In 1991, when the Soviet Union fell apart, the five central Asian republics of Kazakhstan, Kyrgyzstan, Tajikistan, Turkmenistan, and Uzbekistan, sometimes called the “five stans,” became sovereign states.
They were all part of a largely Turkic Muslim civilization that had flourished in the region for hundreds of years, until conquered by tsarist Russia in the 18th-19th centuries. They had acquired their current borders as Soviet republics.
However, there is a sixth “stan” that has proved less fortunate, because it ended up as part of China rather than Russia.
The Xinjiang Uighur Autonomous Region in the far west of the People’s Republic of China is more than 1.6 million square kilometres in area and borders Russia, Mongolia, Pakistan, India, and the former Soviet republics of Kazakhstan, Kyrgyzstan, and Tajikistan. An arid region that historically was called East Turkestan, it has oil reserves and is China’s largest natural gas-producing region.
The region is the historic homeland of the Uighurs, a Turkic Muslim people. While the Russians were conquering western Turkestan, the Chinese Empire gained control over eastern Turkestan as the culmination of a long struggle that began in the 17th century.
The Uighurs, not pleased to find themselves subservient to Imperial Han Chinese rule from far-off Beijing, rebelled in 1864 in various Xinjiang cities. They were quashed with incredible cruelty.
In the 1930s, the weak Chinese Republic faced another rebellion, when a short-lived Islamic Republic of East Turkestan was declared in 1933. It was crushed a year later.
In 1944, as China was fighting Japan, factions within Xinjiang again declared independence, this time under the auspices of the Soviet Union, and created the second East Turkistan Republic. But in 1949, the Chinese Communist Party took over the territory and declared it a Chinese province. In October 1955, Xinjiang became classified as an autonomous region.
In recent decades, as the area developed economically, Han Chinese moved in and took the better jobs and housing. Around 90 percent of Xinjiang’s population were Uighurs in 1949; now it is estimated that they make up only about 45 per cent of its 22 million people, though they remain a majority in western Xinjiang.
This has sparked resentment and calls for independence. In the 1990s, separatist groups in Xinjiang began frequent attacks against the Chinese government. The most prominent of these groups is the East Turkestan Islamic Movement, founded in 1993. Other factions want to create a secular Uighurstan state.

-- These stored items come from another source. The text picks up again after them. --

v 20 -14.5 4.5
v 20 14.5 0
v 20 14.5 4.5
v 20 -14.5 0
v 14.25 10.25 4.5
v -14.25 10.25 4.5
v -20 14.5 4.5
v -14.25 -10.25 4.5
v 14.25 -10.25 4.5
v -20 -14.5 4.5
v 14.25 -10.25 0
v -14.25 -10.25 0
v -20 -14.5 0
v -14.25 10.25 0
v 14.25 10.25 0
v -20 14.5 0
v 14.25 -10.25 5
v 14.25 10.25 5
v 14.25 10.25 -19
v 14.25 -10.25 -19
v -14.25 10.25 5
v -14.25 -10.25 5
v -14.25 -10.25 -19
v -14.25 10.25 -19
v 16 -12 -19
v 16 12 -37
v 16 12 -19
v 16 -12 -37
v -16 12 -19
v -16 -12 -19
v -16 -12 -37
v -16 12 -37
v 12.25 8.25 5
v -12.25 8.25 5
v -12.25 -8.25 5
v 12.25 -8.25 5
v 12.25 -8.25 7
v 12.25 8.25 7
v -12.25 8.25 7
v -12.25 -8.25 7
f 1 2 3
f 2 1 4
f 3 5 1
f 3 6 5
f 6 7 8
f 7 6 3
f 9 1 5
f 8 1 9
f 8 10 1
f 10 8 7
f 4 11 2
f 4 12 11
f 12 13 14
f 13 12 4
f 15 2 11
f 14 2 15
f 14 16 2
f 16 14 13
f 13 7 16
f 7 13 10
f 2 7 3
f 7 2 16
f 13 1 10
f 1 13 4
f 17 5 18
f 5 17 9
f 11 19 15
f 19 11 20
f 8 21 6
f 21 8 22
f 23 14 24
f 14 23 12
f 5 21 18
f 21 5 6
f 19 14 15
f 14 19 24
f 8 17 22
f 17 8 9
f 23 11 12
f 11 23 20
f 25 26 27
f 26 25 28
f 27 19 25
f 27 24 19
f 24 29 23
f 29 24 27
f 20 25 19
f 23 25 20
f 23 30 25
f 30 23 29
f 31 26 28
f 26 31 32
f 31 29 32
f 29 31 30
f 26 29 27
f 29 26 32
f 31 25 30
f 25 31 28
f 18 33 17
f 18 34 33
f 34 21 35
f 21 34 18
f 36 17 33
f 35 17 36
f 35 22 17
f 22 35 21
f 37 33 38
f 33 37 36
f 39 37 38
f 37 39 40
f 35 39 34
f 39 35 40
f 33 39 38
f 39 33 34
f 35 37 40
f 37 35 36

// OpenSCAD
// Parameters
overall_width = 40; //[20:80:1]
overall_height = 29; //[15:58:1]
flange_thickness = 2.5; //[1.2:5:0.1]
bezel_thickness = 2; //[1:4:0.1]
corner_radius = 2.5; //[1:5:0.1]
body_width = 28.5; //[14.25:57:0.1]
body_height = 20.5; //[10.25:41:0.1]
body_depth = 22; //[11:44:0.5]
filter_can_width = 32; //[16:64:0.5]
filter_can_height = 24; //[12:48:0.5]
filter_can_depth = 18; //[9:36:0.5]
panel_cutout_width = 27.5; //[13.75:55:0.1]
panel_cutout_height = 19.5; //[9.75:39:0.1]
panel_cutout_depth = 6; //[3:12:0.5]
cutout_clearance = 0.5; //[0.2:1.5:0.1]
mount_hole_count = 2; //[2:2:1]
mount_hole_diameter = 3.2; //[2.4:6.4:0.1]
hole_clearance = 0.2; //[0.1:0.6:0.05]
mount_hole_pitch = 32; //[16:64:0.5]
screw_head_diameter = 6.5; //[4:13:0.1]
screw_head_height = 2.5; //[1:6:0.1]
insertion_orifice_width = 24.5; //[12.25:49:0.1]
insertion_orifice_height = 16.5; //[8.25:33:0.1]
insertion_orifice_depth = 8; //[4:16:0.5]
terminal_spade_zone_width = 26; //[13:52:0.5]
terminal_spade_zone_height = 18; //[9:36:0.5]
terminal_spade_zone_depth = 12; //[6:24:0.5]
overlap = 1; //[0.5:2:0.1]
include_cutout = 1; //[0:1:1]
include_keepout_volumes = 1; //[0:1:1]

// IEC Module - Detailed Geometry
module iec() {
  color("Black") {
    // Front Flange Bezel
    translate([0, 0, (flange_thickness + bezel_thickness) / 2])
      cube([overall_width, overall_height, flange_thickness + bezel_thickness], center=true);
    
    // Main Connector Body
    translate([0, 0, -(body_depth / 2) + bezel_thickness - overlap])
      cube([body_width, body_height, body_depth], center=true);
  }
}

// Mod Module - Detailed Geometry
module mod() {
  color("DimGray") {
    // Rear Filter Can Volume
    translate([0, 0, -body_depth - filter_can_depth / 2 + bezel_thickness + overlap])
      cube([filter_can_width, filter_can_height, filter_can_depth], center=true);
    
    // Terminal Spade Clearance Zone
    translate([0, 0, -body_depth - terminal_spade_zone_depth / 2 + bezel_thickness + overlap])
      cube([terminal_spade_zone_width, terminal_spade_zone_height, terminal_spade_zone_depth], center=true);
  }
}

// Assembly
module assembly() {
  union() {
    iec();
    mod();
    
    // Panel Cutout Profile
    if (include_cutout) {
      translate([0, 0, panel_cutout_depth / 2 - overlap])
        cube([panel_cutout_width + 2 * cutout_clearance, panel_cutout_height + 2 * cutout_clearance, panel_cutout_depth], center=true);
    }
    
    // Insertion Orifice Profile
    translate([0, 0, insertion_orifice_depth / 2 - overlap])
      cube([insertion_orifice_width, insertion_orifice_height, insertion_orifice_depth], center=true);
  }
  
  // Mounting Screw Holes and Screw Head Clearance
  difference() {
    // Main Solids
    union() {
      iec();
      mod();
    }
    
    // Mounting Screw Holes
    for (i = [-1, 1]) {
      translate([i * mount_hole_pitch / 2, 0, (flange_thickness + bezel_thickness) / 2])
        rotate([90, 0, 0])
        cylinder(r=(mount_hole_diameter + hole_clearance) / 2, h=flange_thickness + bezel_thickness + panel_cutout_depth + 2 * overlap, center=true);
      
      // Screw Head Clearance
      translate([i * mount_hole_pitch / 2, 0, flange_thickness + screw_head_height / 2 - overlap])
        rotate([90, 0, 0])
        cylinder(r=screw_head_diameter / 2, h=screw_head_height, center=true);
    }
  }
}

assembly();
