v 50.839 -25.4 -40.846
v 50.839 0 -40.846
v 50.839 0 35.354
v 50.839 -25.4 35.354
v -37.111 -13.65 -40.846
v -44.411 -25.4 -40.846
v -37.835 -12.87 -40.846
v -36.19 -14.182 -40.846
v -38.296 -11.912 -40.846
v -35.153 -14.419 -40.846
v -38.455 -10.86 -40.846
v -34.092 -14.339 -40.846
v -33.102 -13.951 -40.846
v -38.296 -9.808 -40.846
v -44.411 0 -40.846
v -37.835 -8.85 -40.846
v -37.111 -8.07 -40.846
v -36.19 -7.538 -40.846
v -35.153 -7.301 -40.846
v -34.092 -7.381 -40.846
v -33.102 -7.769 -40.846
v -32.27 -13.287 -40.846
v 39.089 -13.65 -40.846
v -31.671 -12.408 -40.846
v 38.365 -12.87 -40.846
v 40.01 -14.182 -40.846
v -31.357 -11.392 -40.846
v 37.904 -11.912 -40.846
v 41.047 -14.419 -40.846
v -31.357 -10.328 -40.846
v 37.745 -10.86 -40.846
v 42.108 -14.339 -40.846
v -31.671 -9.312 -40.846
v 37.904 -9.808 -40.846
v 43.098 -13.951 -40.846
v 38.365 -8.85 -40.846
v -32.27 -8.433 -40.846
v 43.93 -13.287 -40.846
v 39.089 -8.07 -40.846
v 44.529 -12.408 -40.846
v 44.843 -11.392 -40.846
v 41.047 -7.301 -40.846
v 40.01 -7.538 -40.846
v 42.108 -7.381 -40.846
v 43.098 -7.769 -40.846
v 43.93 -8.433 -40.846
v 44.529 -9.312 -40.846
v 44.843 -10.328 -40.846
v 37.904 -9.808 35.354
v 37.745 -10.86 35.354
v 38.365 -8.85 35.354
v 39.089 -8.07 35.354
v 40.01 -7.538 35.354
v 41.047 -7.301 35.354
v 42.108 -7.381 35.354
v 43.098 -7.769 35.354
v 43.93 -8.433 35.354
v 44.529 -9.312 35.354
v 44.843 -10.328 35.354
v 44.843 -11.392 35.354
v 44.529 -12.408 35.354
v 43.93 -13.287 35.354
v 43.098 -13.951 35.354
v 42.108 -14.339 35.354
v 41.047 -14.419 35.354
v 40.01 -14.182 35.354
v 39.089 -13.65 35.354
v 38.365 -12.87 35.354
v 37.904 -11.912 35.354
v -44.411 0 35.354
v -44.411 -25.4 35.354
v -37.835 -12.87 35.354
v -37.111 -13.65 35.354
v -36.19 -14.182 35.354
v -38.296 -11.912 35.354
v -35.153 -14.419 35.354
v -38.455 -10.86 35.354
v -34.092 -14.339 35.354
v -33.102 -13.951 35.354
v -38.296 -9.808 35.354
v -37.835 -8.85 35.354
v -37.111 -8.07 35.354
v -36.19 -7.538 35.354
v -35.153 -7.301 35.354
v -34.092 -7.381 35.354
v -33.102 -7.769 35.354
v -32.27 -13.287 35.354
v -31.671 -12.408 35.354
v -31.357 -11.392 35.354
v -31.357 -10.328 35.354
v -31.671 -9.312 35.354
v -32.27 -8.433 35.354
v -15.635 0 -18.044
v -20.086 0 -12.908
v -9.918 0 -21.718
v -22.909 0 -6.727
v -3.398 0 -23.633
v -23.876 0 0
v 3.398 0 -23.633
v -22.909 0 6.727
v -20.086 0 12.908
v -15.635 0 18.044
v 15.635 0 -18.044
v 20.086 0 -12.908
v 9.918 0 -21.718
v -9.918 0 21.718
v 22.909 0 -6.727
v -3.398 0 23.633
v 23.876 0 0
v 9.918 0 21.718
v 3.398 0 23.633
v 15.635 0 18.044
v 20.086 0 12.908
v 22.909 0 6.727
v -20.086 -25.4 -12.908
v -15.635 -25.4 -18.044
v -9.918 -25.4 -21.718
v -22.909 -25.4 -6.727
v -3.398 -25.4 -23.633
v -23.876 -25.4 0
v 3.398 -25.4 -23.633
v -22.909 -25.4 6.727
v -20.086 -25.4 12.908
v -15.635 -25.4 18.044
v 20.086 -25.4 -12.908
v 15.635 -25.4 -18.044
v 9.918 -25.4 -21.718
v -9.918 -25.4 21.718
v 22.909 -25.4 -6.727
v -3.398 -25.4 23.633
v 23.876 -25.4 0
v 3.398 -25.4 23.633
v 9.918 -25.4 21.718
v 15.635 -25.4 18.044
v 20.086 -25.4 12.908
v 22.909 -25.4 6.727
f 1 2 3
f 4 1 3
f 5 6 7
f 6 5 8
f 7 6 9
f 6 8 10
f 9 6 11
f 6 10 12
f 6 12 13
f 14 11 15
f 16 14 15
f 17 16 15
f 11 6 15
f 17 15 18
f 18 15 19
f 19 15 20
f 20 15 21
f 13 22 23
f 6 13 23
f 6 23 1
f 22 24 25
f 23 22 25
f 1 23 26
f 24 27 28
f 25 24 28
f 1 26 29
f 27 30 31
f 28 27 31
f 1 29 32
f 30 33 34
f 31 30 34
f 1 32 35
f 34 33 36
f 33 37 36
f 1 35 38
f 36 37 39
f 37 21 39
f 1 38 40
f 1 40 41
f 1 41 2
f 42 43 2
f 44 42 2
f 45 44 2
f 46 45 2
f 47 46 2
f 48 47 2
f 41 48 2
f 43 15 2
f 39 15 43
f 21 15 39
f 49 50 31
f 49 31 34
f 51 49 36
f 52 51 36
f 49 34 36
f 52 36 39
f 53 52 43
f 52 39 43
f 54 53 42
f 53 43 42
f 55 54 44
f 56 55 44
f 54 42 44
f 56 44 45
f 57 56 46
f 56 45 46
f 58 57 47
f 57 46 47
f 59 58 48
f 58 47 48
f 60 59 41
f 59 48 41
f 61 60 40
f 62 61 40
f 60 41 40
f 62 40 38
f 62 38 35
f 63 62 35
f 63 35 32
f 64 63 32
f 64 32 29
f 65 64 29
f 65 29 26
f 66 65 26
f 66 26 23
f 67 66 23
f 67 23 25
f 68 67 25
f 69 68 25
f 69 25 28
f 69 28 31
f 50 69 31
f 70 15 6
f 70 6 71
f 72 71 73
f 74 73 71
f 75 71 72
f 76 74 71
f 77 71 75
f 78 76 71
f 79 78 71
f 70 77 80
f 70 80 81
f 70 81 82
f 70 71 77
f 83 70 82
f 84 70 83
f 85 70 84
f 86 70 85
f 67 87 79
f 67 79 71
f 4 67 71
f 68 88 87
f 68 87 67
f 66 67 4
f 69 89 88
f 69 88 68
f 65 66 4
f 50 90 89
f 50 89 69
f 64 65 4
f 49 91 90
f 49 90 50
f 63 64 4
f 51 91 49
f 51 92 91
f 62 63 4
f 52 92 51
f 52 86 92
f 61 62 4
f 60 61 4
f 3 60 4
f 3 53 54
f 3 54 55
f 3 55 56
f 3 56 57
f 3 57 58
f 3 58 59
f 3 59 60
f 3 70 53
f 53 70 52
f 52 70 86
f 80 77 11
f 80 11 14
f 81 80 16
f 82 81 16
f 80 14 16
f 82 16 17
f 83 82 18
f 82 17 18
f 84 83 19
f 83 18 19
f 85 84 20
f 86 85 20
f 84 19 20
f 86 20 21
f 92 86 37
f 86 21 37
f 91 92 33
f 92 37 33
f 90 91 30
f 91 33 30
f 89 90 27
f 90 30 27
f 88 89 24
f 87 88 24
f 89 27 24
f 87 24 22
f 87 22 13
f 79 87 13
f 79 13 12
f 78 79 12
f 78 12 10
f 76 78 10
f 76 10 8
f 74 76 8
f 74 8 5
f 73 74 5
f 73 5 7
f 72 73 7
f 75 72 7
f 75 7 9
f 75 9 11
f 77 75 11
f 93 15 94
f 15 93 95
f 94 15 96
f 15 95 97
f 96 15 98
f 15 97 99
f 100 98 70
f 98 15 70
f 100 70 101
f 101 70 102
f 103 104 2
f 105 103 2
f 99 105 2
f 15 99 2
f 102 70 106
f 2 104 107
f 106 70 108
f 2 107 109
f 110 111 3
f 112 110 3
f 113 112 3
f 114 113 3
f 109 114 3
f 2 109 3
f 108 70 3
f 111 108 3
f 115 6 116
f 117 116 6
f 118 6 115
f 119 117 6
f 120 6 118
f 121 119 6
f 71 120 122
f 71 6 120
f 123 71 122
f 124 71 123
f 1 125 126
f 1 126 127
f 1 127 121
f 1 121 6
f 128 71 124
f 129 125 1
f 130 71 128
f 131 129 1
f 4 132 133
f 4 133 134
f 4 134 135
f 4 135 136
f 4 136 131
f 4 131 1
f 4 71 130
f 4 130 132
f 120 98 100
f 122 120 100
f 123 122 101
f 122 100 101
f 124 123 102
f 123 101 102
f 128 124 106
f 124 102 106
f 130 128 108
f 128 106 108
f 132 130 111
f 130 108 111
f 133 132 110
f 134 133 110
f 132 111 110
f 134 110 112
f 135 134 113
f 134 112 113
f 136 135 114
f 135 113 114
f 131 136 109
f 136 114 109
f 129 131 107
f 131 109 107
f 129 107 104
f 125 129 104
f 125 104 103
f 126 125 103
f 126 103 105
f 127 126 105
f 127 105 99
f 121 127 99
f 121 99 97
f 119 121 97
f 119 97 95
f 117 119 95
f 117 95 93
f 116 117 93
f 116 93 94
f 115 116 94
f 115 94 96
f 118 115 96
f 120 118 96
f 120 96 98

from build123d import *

# Parameters (mm, degrees)
F0_W     = 95.25
F0_H     = 76.2
F1_DEPTH = 25.4
F3_D     = 47.752
F5_D     = 7.1374


with BuildPart() as f1:
    # F0 (on Front) → F1 (new body)
    with BuildSketch(Plane.XZ):
        with Locations((3.213696, -2.745525)):
            Rectangle(F0_W, F0_H)
    extrude(amount=F1_DEPTH)

    # F3 (through all)
    with Locations(Plane.XZ.offset(25.4)):
        with Locations((0, 0)):
            Hole(F3_D / 2)

    # F5 (through all)
    with Locations(Plane.XY.offset(35.354475)):
        with Locations((-34.886304, -10.860083), (41.313696, -10.860083)):
            Hole(F5_D / 2)


solid = f1.part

In July 2009, ethnic tension between the Han Chinese and Uighurs led to severe riots in the capital city of Urumqi. According to Chinese state media, almost 200 people were killed, and more than 800 injured. The riots were reportedly sparked by a Uighur protest over the ethnically motivated killing of two Uighur workers in the southern Chinese province of Guangdong.
There has been an upsurge in terrorism since then. In June 2012, six ethnic Uighur men tried to hijack an aircraft heading to Urumqi, but failed after passengers and crew resisted and restrained the hijackers. A year later, 27 people were killed in riots; 17 of them were killed by rioters, while the other 10 people were alleged assailants who were shot dead by police in the township of Lukqun.
At least 29 people were killed in early March in a railway station attack in the Chinese city of Kunming, the capital of Yunnan province. It was an organized, premeditated terrorist attack by knife-wielding assailants, according to the Chinese Xinhua news agency.
In late May, attackers in two cars ploughed through shoppers while setting off explosives at a busy street market in Urumqi, killing 39 people. The Xinjiang regional government said in a statement that it was “a serious violent terrorist incident of a particularly vile nature.” At least 180 people have been killed in attacks across China over the past year.
In response, China’s president Xi Jinping has called for moving more Uighurs to inland areas of China in order “to enhance mutual understanding among different ethnic groups and boost ties between them.”
World attention has tended to focus on another oppressed ethnic group under Chinese rule, the Tibetans. Their spiritual and political leader, the Dalai Lama, has generated international awareness for their cause. But the plight of the Uighurs should command equal attention.
Henry Srebrnik is a professor of political science at the University of Prince Edward Island.